Nel 1998 la svolta: usando embrioni donati per trattamenti di fertilità che erano rimasti inutilizzati, Thomson crea la prima linea al mondo di cellule staminali embrionali umane. Per la prima volta vengono isolate e coltivate cellule staminali embrionali a partire da blastocisti umane creando linee cellulari stabili nel tempo. È il primo studio ad avere successo e viene accolto dalla comunità scientifica come una svolta. Dall’altra parte, questa scoperta ha anche sollevato alcune questioni etiche in quanto per ottenere questa linea cellule fu distrutto un embrione umano.

Anche per questo gli anni successivi ci si è concentrati sulle cellule staminali adulte, e intorno agli anni 2000 vengono pubblicati numerosi studi sulla plasticità di staminali adulte, volti ad identificarne la potenzialità terapeutica.
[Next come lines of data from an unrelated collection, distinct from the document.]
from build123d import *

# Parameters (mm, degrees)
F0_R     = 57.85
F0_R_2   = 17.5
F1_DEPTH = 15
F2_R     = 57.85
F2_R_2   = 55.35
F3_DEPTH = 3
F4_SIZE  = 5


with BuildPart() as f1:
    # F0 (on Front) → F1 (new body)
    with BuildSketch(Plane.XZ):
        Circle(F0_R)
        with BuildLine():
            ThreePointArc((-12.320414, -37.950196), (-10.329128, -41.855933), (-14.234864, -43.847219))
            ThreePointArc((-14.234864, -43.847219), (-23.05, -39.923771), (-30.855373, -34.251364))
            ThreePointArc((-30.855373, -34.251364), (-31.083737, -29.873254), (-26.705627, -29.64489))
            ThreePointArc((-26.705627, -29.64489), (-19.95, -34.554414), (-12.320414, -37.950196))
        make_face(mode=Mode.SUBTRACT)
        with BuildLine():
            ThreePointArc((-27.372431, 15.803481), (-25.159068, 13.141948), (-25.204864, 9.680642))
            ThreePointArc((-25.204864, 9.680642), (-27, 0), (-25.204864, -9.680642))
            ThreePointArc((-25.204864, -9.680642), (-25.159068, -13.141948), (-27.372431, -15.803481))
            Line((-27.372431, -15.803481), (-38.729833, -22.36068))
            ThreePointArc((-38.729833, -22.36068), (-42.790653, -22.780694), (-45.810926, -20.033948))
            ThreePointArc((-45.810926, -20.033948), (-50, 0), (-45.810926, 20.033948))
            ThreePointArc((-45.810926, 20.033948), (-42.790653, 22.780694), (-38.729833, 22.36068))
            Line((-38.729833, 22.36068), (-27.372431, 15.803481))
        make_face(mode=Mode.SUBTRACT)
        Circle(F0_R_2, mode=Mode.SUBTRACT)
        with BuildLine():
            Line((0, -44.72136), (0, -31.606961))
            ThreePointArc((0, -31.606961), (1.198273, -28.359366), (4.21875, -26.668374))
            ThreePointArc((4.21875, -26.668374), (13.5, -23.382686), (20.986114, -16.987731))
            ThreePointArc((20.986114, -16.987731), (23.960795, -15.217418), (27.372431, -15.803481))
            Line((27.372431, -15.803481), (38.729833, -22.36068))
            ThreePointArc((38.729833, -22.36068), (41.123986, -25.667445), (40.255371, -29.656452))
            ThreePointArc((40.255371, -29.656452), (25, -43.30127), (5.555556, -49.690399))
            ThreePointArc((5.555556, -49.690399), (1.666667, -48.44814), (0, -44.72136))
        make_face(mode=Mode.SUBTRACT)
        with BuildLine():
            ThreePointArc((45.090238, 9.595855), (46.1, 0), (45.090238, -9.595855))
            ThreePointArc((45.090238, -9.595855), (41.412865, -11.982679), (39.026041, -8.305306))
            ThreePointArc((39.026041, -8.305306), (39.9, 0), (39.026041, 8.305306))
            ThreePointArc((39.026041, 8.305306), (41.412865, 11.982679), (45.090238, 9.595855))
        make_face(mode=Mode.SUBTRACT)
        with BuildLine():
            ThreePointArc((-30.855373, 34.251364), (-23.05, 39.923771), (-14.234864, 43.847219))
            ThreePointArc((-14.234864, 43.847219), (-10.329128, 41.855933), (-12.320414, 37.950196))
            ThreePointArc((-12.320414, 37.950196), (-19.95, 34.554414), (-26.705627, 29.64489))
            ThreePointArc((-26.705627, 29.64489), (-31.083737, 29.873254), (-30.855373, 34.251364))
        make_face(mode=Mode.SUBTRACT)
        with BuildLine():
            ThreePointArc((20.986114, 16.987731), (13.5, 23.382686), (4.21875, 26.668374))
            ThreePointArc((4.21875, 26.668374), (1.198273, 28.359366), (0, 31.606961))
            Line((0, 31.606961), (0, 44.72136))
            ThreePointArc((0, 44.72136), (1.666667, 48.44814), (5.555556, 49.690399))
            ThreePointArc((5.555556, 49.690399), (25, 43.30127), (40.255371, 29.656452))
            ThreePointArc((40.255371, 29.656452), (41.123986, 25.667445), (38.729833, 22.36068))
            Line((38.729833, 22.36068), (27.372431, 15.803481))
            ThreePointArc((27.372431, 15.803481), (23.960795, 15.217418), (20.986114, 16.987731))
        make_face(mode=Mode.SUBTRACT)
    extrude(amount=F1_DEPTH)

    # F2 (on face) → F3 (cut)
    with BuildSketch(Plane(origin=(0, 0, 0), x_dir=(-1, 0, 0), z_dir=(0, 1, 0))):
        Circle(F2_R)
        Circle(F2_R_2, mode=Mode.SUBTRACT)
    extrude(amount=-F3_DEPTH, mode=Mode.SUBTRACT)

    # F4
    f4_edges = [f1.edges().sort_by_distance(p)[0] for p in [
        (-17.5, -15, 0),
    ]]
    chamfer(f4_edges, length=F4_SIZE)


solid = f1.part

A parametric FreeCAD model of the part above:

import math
import FreeCAD as App
import Part
import Sketcher
from FreeCAD import Vector
Q = App.Units.Quantity


def edges_at(feature, points):
    """Names of the edges that pass closest to the given points."""
    edges = feature.Shape.Edges
    near = lambda p: min(range(len(edges)), key=lambda i: edges[i].distToShape(Part.Vertex(*p))[0])
    return sorted({f"Edge{near(p) + 1}" for p in points})

doc = App.newDocument("Part")
params = doc.addObject("Spreadsheet::Sheet", "Params")
for row, (alias, value) in enumerate([
    ("sketch1_diameter", "35 mm"),
    ("sketch1_radius", "4.999999 mm"),
    ("sketch1_radius2", "27 mm"),
    ("sketch1_radius3", "50.000001 mm"),
    ("sketch1_diameter2", "115.7 mm"),
    ("pad1_length", "15 mm"),
    ("sketch2_diameter", "115.7 mm"),
    ("sketch2_diameter2", "110.7 mm"),
    ("pocket1_length", "3 mm"),
    ("chamfer_size", "5 mm"),
], start=1):
    params.set(f"A{row}", alias)
    params.set(f"B{row}", "=" + value)
    params.setAlias(f"B{row}", alias)

body = doc.addObject("PartDesign::Body", "Body")

# Sketch on XZ plane
sketch1 = body.newObject("Sketcher::SketchObject", "Sketch")
sketch1.AttachmentSupport = (doc.getObject("XZ_Plane"), [""])
sketch1.MapMode = "FlatFace"
sketch1.addGeometry([
    Part.Circle(Vector(0, 0, 0), Vector(0, 0, 1), 57.9),  # 0
    Part.ArcOfCircle(Part.Circle(Vector(0, 0, 0), Vector(0, 0, 1), 39.9), math.radians(-132), math.radians(-108)),  # 1
    Part.ArcOfCircle(Part.Circle(Vector(-13.3, -40.9, 0), Vector(0, 0, 1), 3.1), math.radians(-108), math.radians(72)),  # 2
    Part.ArcOfCircle(Part.Circle(Vector(0, 0, 0), Vector(0, 0, 1), 46.1), math.radians(-132), math.radians(-108)),  # 3
    Part.ArcOfCircle(Part.Circle(Vector(-28.8, -31.9, 0), Vector(0, 0, 1), 3.1), math.radians(48), math.radians(228)),  # 4
    Part.ArcOfCircle(Part.Circle(Vector(5, -44.7, 0), Vector(0, 0, 1), 5), math.radians(180), math.radians(276)),  # 5
    Part.LineSegment(Vector(0, -44.7, 0), Vector(0, -31.6, 0)),  # 6
    Part.ArcOfCircle(Part.Circle(Vector(5, -31.6, 0), Vector(0, 0, 1), 5), math.radians(99), math.radians(180)),  # 7
    Part.ArcOfCircle(Part.Circle(Vector(0, 0, 0), Vector(0, 0, 1), 27), math.radians(-81), math.radians(-39)),  # 8
    Part.ArcOfCircle(Part.Circle(Vector(24.9, -20.1, 0), Vector(0, 0, 1), 5), math.radians(60), math.radians(141)),  # 9
    Part.LineSegment(Vector(27.4, -15.8, 0), Vector(38.7, -22.4, 0)),  # 10
    Part.ArcOfCircle(Part.Circle(Vector(36.2, -26.7, 0), Vector(0, 0, 1), 5), math.radians(-36), math.radians(60)),  # 11
    Part.ArcOfCircle(Part.Circle(Vector(0, 0, 0), Vector(0, 0, 1), 50), math.radians(-84), math.radians(-36)),  # 12
    Part.LineSegment(Vector(-38.7, 22.4, 0), Vector(-27.4, 15.8, 0)),  # 13
    Part.ArcOfCircle(Part.Circle(Vector(-29.9, 11.5, 0), Vector(0, 0, 1), 5), math.radians(-21), math.radians(60)),  # 14
    Part.ArcOfCircle(Part.Circle(Vector(0, 0, 0), Vector(0, 0, 1), 27), math.radians(159), math.radians(201)),  # 15
    Part.ArcOfCircle(Part.Circle(Vector(-29.9, -11.5, 0), Vector(0, 0, 1), 5), math.radians(-60), math.radians(21)),  # 16
    Part.LineSegment(Vector(-27.4, -15.8, 0), Vector(-38.7, -22.4, 0)),  # 17
    Part.ArcOfCircle(Part.Circle(Vector(-41.2, -18, 0), Vector(0, 0, 1), 5), math.radians(-156), math.radians(-60)),  # 18
    Part.ArcOfCircle(Part.Circle(Vector(0, 0, 0), Vector(0, 0, 1), 50), math.radians(156), math.radians(204)),  # 19
    Part.ArcOfCircle(Part.Circle(Vector(-41.2, 18, 0), Vector(0, 0, 1), 5), math.radians(60), math.radians(156)),  # 20
    Part.ArcOfCircle(Part.Circle(Vector(-28.8, 31.9, 0), Vector(0, 0, 1), 3.1), math.radians(132), math.radians(312)),  # 21
    Part.ArcOfCircle(Part.Circle(Vector(0, 0, 0), Vector(0, 0, 1), 46.1), math.radians(108), math.radians(132)),  # 22
    Part.ArcOfCircle(Part.Circle(Vector(-13.3, 40.9, 0), Vector(0, 0, 1), 3.1), math.radians(-72), math.radians(108)),  # 23
    Part.ArcOfCircle(Part.Circle(Vector(0, 0, 0), Vector(0, 0, 1), 39.9), math.radians(108), math.radians(132)),  # 24
    Part.Circle(Vector(0, 0, 0), Vector(0, 0, 1), 17.5),  # 25
    Part.ArcOfCircle(Part.Circle(Vector(42.1, 9, 0), Vector(0, 0, 1), 3.1), math.radians(12), math.radians(192)),  # 26
    Part.ArcOfCircle(Part.Circle(Vector(0, 0, 0), Vector(0, 0, 1), 46.1), math.radians(-12), math.radians(12)),  # 27
    Part.ArcOfCircle(Part.Circle(Vector(42.1, -9, 0), Vector(0, 0, 1), 3.1), math.radians(168), math.radians(348)),  # 28
    Part.ArcOfCircle(Part.Circle(Vector(0, 0, 0), Vector(0, 0, 1), 39.9), math.radians(-12), math.radians(12)),  # 29
    Part.ArcOfCircle(Part.Circle(Vector(24.9, 20.1, 0), Vector(0, 0, 1), 5), math.radians(-141), math.radians(-60)),  # 30
    Part.ArcOfCircle(Part.Circle(Vector(0, 0, 0), Vector(0, 0, 1), 27), math.radians(39), math.radians(81)),  # 31
    Part.ArcOfCircle(Part.Circle(Vector(5, 31.6, 0), Vector(0, 0, 1), 5), math.radians(180), math.radians(261)),  # 32
    Part.LineSegment(Vector(0, 31.6, 0), Vector(0, 44.7, 0)),  # 33
    Part.ArcOfCircle(Part.Circle(Vector(5, 44.7, 0), Vector(0, 0, 1), 5), math.radians(84), math.radians(180)),  # 34
    Part.ArcOfCircle(Part.Circle(Vector(0, 0, 0), Vector(0, 0, 1), 50), math.radians(36), math.radians(84)),  # 35
    Part.ArcOfCircle(Part.Circle(Vector(36.2, 26.7, 0), Vector(0, 0, 1), 5), math.radians(-60), math.radians(36)),  # 36
    Part.LineSegment(Vector(38.7, 22.4, 0), Vector(27.4, 15.8, 0)),  # 37
], False)
sketch1.addConstraint([
    Sketcher.Constraint("Tangent", 1, 2, 2, 2),
    Sketcher.Constraint("Tangent", 2, 1, 3, 2),
    Sketcher.Constraint("Tangent", 3, 1, 4, 2),
    Sketcher.Constraint("Tangent", 4, 1, 1, 1),
    Sketcher.Constraint("Tangent", 5, 1, 6, 1),
    Sketcher.Constraint("Tangent", 6, 2, 7, 2),
    Sketcher.Constraint("Tangent", 7, 1, 8, 1),
    Sketcher.Constraint("Tangent", 8, 2, 9, 2),
    Sketcher.Constraint("Tangent", 9, 1, 10, 1),
    Sketcher.Constraint("Tangent", 10, 2, 11, 2),
    Sketcher.Constraint("Tangent", 11, 1, 12, 2),
    Sketcher.Constraint("Tangent", 12, 1, 5, 2),
    Sketcher.Constraint("Tangent", 13, 2, 14, 2),
    Sketcher.Constraint("Tangent", 14, 1, 15, 1),
    Sketcher.Constraint("Tangent", 15, 2, 16, 2),
    Sketcher.Constraint("Tangent", 16, 1, 17, 1),
    Sketcher.Constraint("Tangent", 17, 2, 18, 2),
    Sketcher.Constraint("Tangent", 18, 1, 19, 2),
    Sketcher.Constraint("Tangent", 19, 1, 20, 2),
    Sketcher.Constraint("Tangent", 20, 1, 13, 1),
    Sketcher.Constraint("Tangent", 21, 1, 22, 2),
    Sketcher.Constraint("Tangent", 22, 1, 23, 2),
    Sketcher.Constraint("Tangent", 23, 1, 24, 1),
    Sketcher.Constraint("Tangent", 24, 2, 21, 2),
    Sketcher.Constraint("Tangent", 26, 1, 27, 2),
    Sketcher.Constraint("Tangent", 27, 1, 28, 2),
    Sketcher.Constraint("Tangent", 28, 1, 29, 1),
    Sketcher.Constraint("Tangent", 29, 2, 26, 2),
    Sketcher.Constraint("Tangent", 30, 1, 31, 1),
    Sketcher.Constraint("Tangent", 31, 2, 32, 2),
    Sketcher.Constraint("Tangent", 32, 1, 33, 1),
    Sketcher.Constraint("Tangent", 33, 2, 34, 2),
    Sketcher.Constraint("Tangent", 34, 1, 35, 2),
    Sketcher.Constraint("Tangent", 35, 1, 36, 2),
    Sketcher.Constraint("Tangent", 36, 1, 37, 1),
    Sketcher.Constraint("Tangent", 37, 2, 30, 2),
    Sketcher.Constraint("Vertical", 6),
    Sketcher.Constraint("Vertical", 33),
    Sketcher.Constraint("Coincident", 0, 3, -1, 1),
    Sketcher.Constraint("Coincident", 3, 3, -1, 1),
    Sketcher.Constraint("Coincident", 8, 3, -1, 1),
    Sketcher.Constraint("Coincident", 12, 3, -1, 1),
    Sketcher.Constraint("Coincident", 15, 3, -1, 1),
    Sketcher.Constraint("Coincident", 19, 3, -1, 1),
    Sketcher.Constraint("Coincident", 22, 3, -1, 1),
    Sketcher.Constraint("Coincident", 25, 3, -1, 1),
    Sketcher.Constraint("Coincident", 27, 3, -1, 1),
    Sketcher.Constraint("Coincident", 29, 3, -1, 1),
    Sketcher.Constraint("Coincident", 31, 3, -1, 1),
    Sketcher.Constraint("Coincident", 35, 3, -1, 1),
    Sketcher.Constraint("Coincident", 24, 3, 22, 3),
    Sketcher.Constraint("Equal", 2, 4),
    Sketcher.Constraint("Equal", 5, 7),
    Sketcher.Constraint("Equal", 7, 9),
    Sketcher.Constraint("Equal", 9, 11),
    Sketcher.Constraint("Equal", 11, 14),
    Sketcher.Constraint("Equal", 8, 15),
    Sketcher.Constraint("Equal", 14, 16),
    Sketcher.Constraint("Equal", 16, 18),
    Sketcher.Constraint("Equal", 12, 19),
    Sketcher.Constraint("Equal", 18, 20),
    Sketcher.Constraint("Equal", 4, 21),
Sulla base di questi importanti studi, nel 2006 il gruppo di Thomson (in contemporanea ad un altro gruppo di ricerca giapponese, diretto dal dottor Shinya Yamanaka) riesce a riprogrammare cellule adulte in cellule staminali. Introducendo in cellule umane adulte quattro dei geni chiave delle cellule staminali embrionali lo scienziato le fa regredire indietro nel tempo fino allo stadio di pluripotenza, cioè ad un livello simile a quella delle cellule staminali embrionali presenti nella blastocisti. Queste cellule hanno preso il nome di cellule staminali adulte riprogrammate e possono essere cresciute indefinitamente in vitro e, a seconda delle condizioni di coltura modificabili artificialmente, possono generare diversi tipi di cellule differenziate.

Queste scoperte hanno aperto la strada a infinite possibilità di cura, attualmente in studio per diversi tipi di patologie.